Dataset entries
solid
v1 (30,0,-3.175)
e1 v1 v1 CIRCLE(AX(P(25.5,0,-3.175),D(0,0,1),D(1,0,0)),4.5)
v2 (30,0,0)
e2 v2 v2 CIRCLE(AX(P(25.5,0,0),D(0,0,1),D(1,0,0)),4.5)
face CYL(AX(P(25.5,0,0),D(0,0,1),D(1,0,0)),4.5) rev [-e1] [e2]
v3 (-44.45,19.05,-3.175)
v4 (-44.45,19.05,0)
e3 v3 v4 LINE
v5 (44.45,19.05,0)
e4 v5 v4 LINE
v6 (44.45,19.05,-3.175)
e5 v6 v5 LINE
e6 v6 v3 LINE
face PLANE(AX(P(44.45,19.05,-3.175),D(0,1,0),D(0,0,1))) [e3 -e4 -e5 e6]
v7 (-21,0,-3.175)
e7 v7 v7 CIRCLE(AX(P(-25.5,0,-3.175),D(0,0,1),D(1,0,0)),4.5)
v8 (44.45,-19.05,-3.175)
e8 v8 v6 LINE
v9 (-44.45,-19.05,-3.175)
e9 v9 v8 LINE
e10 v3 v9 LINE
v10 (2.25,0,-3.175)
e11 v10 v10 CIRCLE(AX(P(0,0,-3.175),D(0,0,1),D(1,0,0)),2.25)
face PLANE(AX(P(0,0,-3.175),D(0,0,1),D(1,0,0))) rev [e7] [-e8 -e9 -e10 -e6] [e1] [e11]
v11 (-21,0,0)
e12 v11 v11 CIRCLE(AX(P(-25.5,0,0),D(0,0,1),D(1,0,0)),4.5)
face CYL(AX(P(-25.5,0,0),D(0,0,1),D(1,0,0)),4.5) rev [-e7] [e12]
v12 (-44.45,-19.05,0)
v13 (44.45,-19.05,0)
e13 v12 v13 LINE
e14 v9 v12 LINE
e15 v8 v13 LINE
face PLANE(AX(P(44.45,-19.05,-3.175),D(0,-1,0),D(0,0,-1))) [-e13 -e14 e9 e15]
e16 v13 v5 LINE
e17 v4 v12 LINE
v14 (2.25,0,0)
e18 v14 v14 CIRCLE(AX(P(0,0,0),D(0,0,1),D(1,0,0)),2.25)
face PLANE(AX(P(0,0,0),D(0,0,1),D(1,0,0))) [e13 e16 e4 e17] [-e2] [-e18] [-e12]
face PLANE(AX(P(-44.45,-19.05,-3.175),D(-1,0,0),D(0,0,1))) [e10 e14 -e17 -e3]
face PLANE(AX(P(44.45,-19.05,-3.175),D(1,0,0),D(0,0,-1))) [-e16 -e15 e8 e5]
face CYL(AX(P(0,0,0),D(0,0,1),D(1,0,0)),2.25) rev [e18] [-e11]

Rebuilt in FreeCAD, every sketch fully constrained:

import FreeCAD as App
import Part
import Sketcher
Q = App.Units.Quantity

doc = App.newDocument("Part")
body = doc.addObject("PartDesign::Body", "Body")

sketch1 = body.newObject("Sketcher::SketchObject", "Sketch")
sketch1.AttachmentSupport = (doc.getObject("XY_Plane"), [""])
sketch1.MapMode = "FlatFace"
sketch1.addGeometry([
    Part.LineSegment(App.Vector(-44, 19, 0), App.Vector(-44, -19, 0)),
    Part.LineSegment(App.Vector(-44, -19, 0), App.Vector(44, -19, 0)),
    Part.LineSegment(App.Vector(44, -19, 0), App.Vector(44, 19, 0)),
    Part.LineSegment(App.Vector(44, 19, 0), App.Vector(-44, 19, 0)),
], False)
sketch1.addConstraint([
    Sketcher.Constraint("Coincident", 0, 2, 1, 1),
    Sketcher.Constraint("Coincident", 1, 2, 2, 1),
    Sketcher.Constraint("Coincident", 2, 2, 3, 1),
    Sketcher.Constraint("Coincident", 3, 2, 0, 1),
    Sketcher.Constraint("Vertical", 0),
    Sketcher.Constraint("Horizontal", 1),
    Sketcher.Constraint("Vertical", 2),
    Sketcher.Constraint("Horizontal", 3),
    Sketcher.Constraint("Symmetric", 0, 2, 2, 2, -1, 1),
    Sketcher.Constraint("DistanceX", 1, 1, 1, 2, Q("3.5 in")),
    Sketcher.Constraint("DistanceY", 0, 2, 0, 1, Q("1.5 in")),
])
pad1 = body.newObject("PartDesign::Pad", "Pad")
pad1.Profile = sketch1
pad1.Length = Q("0.125 in")
pad1.Reversed = True

sketch2 = body.newObject("Sketcher::SketchObject", "Sketch001")
sketch2.AttachmentSupport = (doc.getObject("XY_Plane"), [""])
sketch2.MapMode = "FlatFace"
sketch2.addGeometry(Part.Circle(App.Vector(0, 0, 0), App.Vector(0, 0, 1), 2.2), False)
sketch2.addConstraint([
    Sketcher.Constraint("Coincident", 0, 3, -1, 1),
    Sketcher.Constraint("Diameter", 0, Q("4.5 mm")),
])
doc.recompute()
hole = body.newObject("PartDesign::Hole", "Hole")
hole.Profile = sketch2
hole.ThreadType = "None"
hole.Diameter = 4.5
hole.DepthType = "ThroughAll"

sketch3 = body.newObject("Sketcher::SketchObject", "Sketch002")
sketch3.AttachmentSupport = (doc.getObject("XY_Plane"), [""])
sketch3.MapMode = "FlatFace"
sketch3.addGeometry([
    Part.Circle(App.Vector(-25.5, 0, 0), App.Vector(0, 0, 1), 4.5),
    Part.Circle(App.Vector(25.5, 0, 0), App.Vector(0, 0, 1), 4.5),
], False)
sketch3.addConstraint([
    Sketcher.Constraint("Equal", 0, 1),
    Sketcher.Constraint("Symmetric", 0, 3, 1, 3, -1, 1),
    Sketcher.Constraint("PointOnObject", 0, 3, -1),
    Sketcher.Constraint("Diameter", 0, Q("9 mm")),
    Sketcher.Constraint("DistanceX", 0, 3, -1, 1, Q("25.5 mm")),
])
doc.recompute()
hole2 = body.newObject("PartDesign::Hole", "Hole001")
hole2.Profile = sketch3
hole2.ThreadType = "None"
hole2.Diameter = 9
hole2.DepthType = "ThroughAll"

doc.recompute()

• _What you have to do_
Reproduce the data in full. Nothing in it may be altered.

• _Solved exercise_
solid
v1 (30,0,-3.175)
e1 v1 v1 CIRCLE(AX(P(25.5,0,-3.175),D(0,0,1),D(1,0,0)),4.5)
v2 (30,0,0)
e2 v2 v2 CIRCLE(AX(P(25.5,0,0),D(0,0,1),D(1,0,0)),4.5)
face CYL(AX(P(25.5,0,0),D(0,0,1),D(1,0,0)),4.5) rev [-e1] [e2]
v3 (-44.45,19.05,-3.175)
v4 (-44.45,19.05,0)
e3 v3 v4 LINE
v5 (44.45,19.05,0)
e4 v5 v4 LINE
v6 (44.45,19.05,-3.175)
e5 v6 v5 LINE
e6 v6 v3 LINE
face PLANE(AX(P(44.45,19.05,-3.175),D(0,1,0),D(0,0,1))) [e3 -e4 -e5 e6]
v7 (-21,0,-3.175)
e7 v7 v7 CIRCLE(AX(P(-25.5,0,-3.175),D(0,0,1),D(1,0,0)),4.5)
v8 (44.45,-19.05,-3.175)
e8 v8 v6 LINE
v9 (-44.45,-19.05,-3.175)
e9 v9 v8 LINE
e10 v3 v9 LINE
v10 (2.25,0,-3.175)
e11 v10 v10 CIRCLE(AX(P(0,0,-3.175),D(0,0,1),D(1,0,0)),2.25)
face PLANE(AX(P(0,0,-3.175),D(0,0,1),D(1,0,0))) rev [e7] [-e8 -e9 -e10 -e6] [e1] [e11]
v11 (-21,0,0)
e12 v11 v11 CIRCLE(AX(P(-25.5,0,0),D(0,0,1),D(1,0,0)),4.5)
face CYL(AX(P(-25.5,0,0),D(0,0,1),D(1,0,0)),4.5) rev [-e7] [e12]
v12 (-44.45,-19.05,0)
v13 (44.45,-19.05,0)
e13 v12 v13 LINE
e14 v9 v12 LINE
e15 v8 v13 LINE
face PLANE(AX(P(44.45,-19.05,-3.175),D(0,-1,0),D(0,0,-1))) [-e13 -e14 e9 e15]
e16 v13 v5 LINE
e17 v4 v12 LINE
v14 (2.25,0,0)
e18 v14 v14 CIRCLE(AX(P(0,0,0),D(0,0,1),D(1,0,0)),2.25)
face PLANE(AX(P(0,0,0),D(0,0,1),D(1,0,0))) [e13 e16 e4 e17] [-e2] [-e18] [-e12]
face PLANE(AX(P(-44.45,-19.05,-3.175),D(-1,0,0),D(0,0,1))) [e10 e14 -e17 -e3]
face PLANE(AX(P(44.45,-19.05,-3.175),D(1,0,0),D(0,0,-1))) [-e16 -e15 e8 e5]
face CYL(AX(P(0,0,0),D(0,0,1),D(1,0,0)),2.25) rev [e18] [-e11]

Rebuilt in FreeCAD, every sketch fully constrained:

import FreeCAD as App
import Part
import Sketcher
Q = App.Units.Quantity

doc = App.newDocument("Part")
body = doc.addObject("PartDesign::Body", "Body")

sketch1 = body.newObject("Sketcher::SketchObject", "Sketch")
sketch1.AttachmentSupport = (doc.getObject("XY_Plane"), [""])
sketch1.MapMode = "FlatFace"
sketch1.addGeometry([
    Part.LineSegment(App.Vector(-44, 19, 0), App.Vector(-44, -19, 0)),
    Part.LineSegment(App.Vector(-44, -19, 0), App.Vector(44, -19, 0)),
    Part.LineSegment(App.Vector(44, -19, 0), App.Vector(44, 19, 0)),
    Part.LineSegment(App.Vector(44, 19, 0), App.Vector(-44, 19, 0)),
], False)
sketch1.addConstraint([
    Sketcher.Constraint("Coincident", 0, 2, 1, 1),
    Sketcher.Constraint("Coincident", 1, 2, 2, 1),
    Sketcher.Constraint("Coincident", 2, 2, 3, 1),
    Sketcher.Constraint("Coincident", 3, 2, 0, 1),
    Sketcher.Constraint("Vertical", 0),
    Sketcher.Constraint("Horizontal", 1),
    Sketcher.Constraint("Vertical", 2),
    Sketcher.Constraint("Horizontal", 3),
    Sketcher.Constraint("Symmetric", 0, 2, 2, 2, -1, 1),
    Sketcher.Constraint("DistanceX", 1, 1, 1, 2, Q("3.5 in")),
    Sketcher.Constraint("DistanceY", 0, 2, 0, 1, Q("1.5 in")),
])
pad1 = body.newObject("PartDesign::Pad", "Pad")
pad1.Profile = sketch1
pad1.Length = Q("0.125 in")
pad1.Reversed = True

sketch2 = body.newObject("Sketcher::SketchObject", "Sketch001")
sketch2.AttachmentSupport = (doc.getObject("XY_Plane"), [""])
sketch2.MapMode = "FlatFace"
sketch2.addGeometry(Part.Circle(App.Vector(0, 0, 0), App.Vector(0, 0, 1), 2.2), False)
sketch2.addConstraint([
    Sketcher.Constraint("Coincident", 0, 3, -1, 1),
    Sketcher.Constraint("Diameter", 0, Q("4.5 mm")),
])
doc.recompute()
hole = body.newObject("PartDesign::Hole", "Hole")
hole.Profile = sketch2
hole.ThreadType = "None"
hole.Diameter = 4.5
hole.DepthType = "ThroughAll"

sketch3 = body.newObject("Sketcher::SketchObject", "Sketch002")
sketch3.AttachmentSupport = (doc.getObject("XY_Plane"), [""])
sketch3.MapMode = "FlatFace"
sketch3.addGeometry([
    Part.Circle(App.Vector(-25.5, 0, 0), App.Vector(0, 0, 1), 4.5),
    Part.Circle(App.Vector(25.5, 0, 0), App.Vector(0, 0, 1), 4.5),
], False)
sketch3.addConstraint([
    Sketcher.Constraint("Equal", 0, 1),
    Sketcher.Constraint("Symmetric", 0, 3, 1, 3, -1, 1),
    Sketcher.Constraint("PointOnObject", 0, 3, -1),
    Sketcher.Constraint("Diameter", 0, Q("9 mm")),
    Sketcher.Constraint("DistanceX", 0, 3, -1, 1, Q("25.5 mm")),
])
doc.recompute()
hole2 = body.newObject("PartDesign::Hole", "Hole001")
hole2.Profile = sketch3
hole2.ThreadType = "None"
hole2.Diameter = 9
hole2.DepthType = "ThroughAll"

doc.recompute()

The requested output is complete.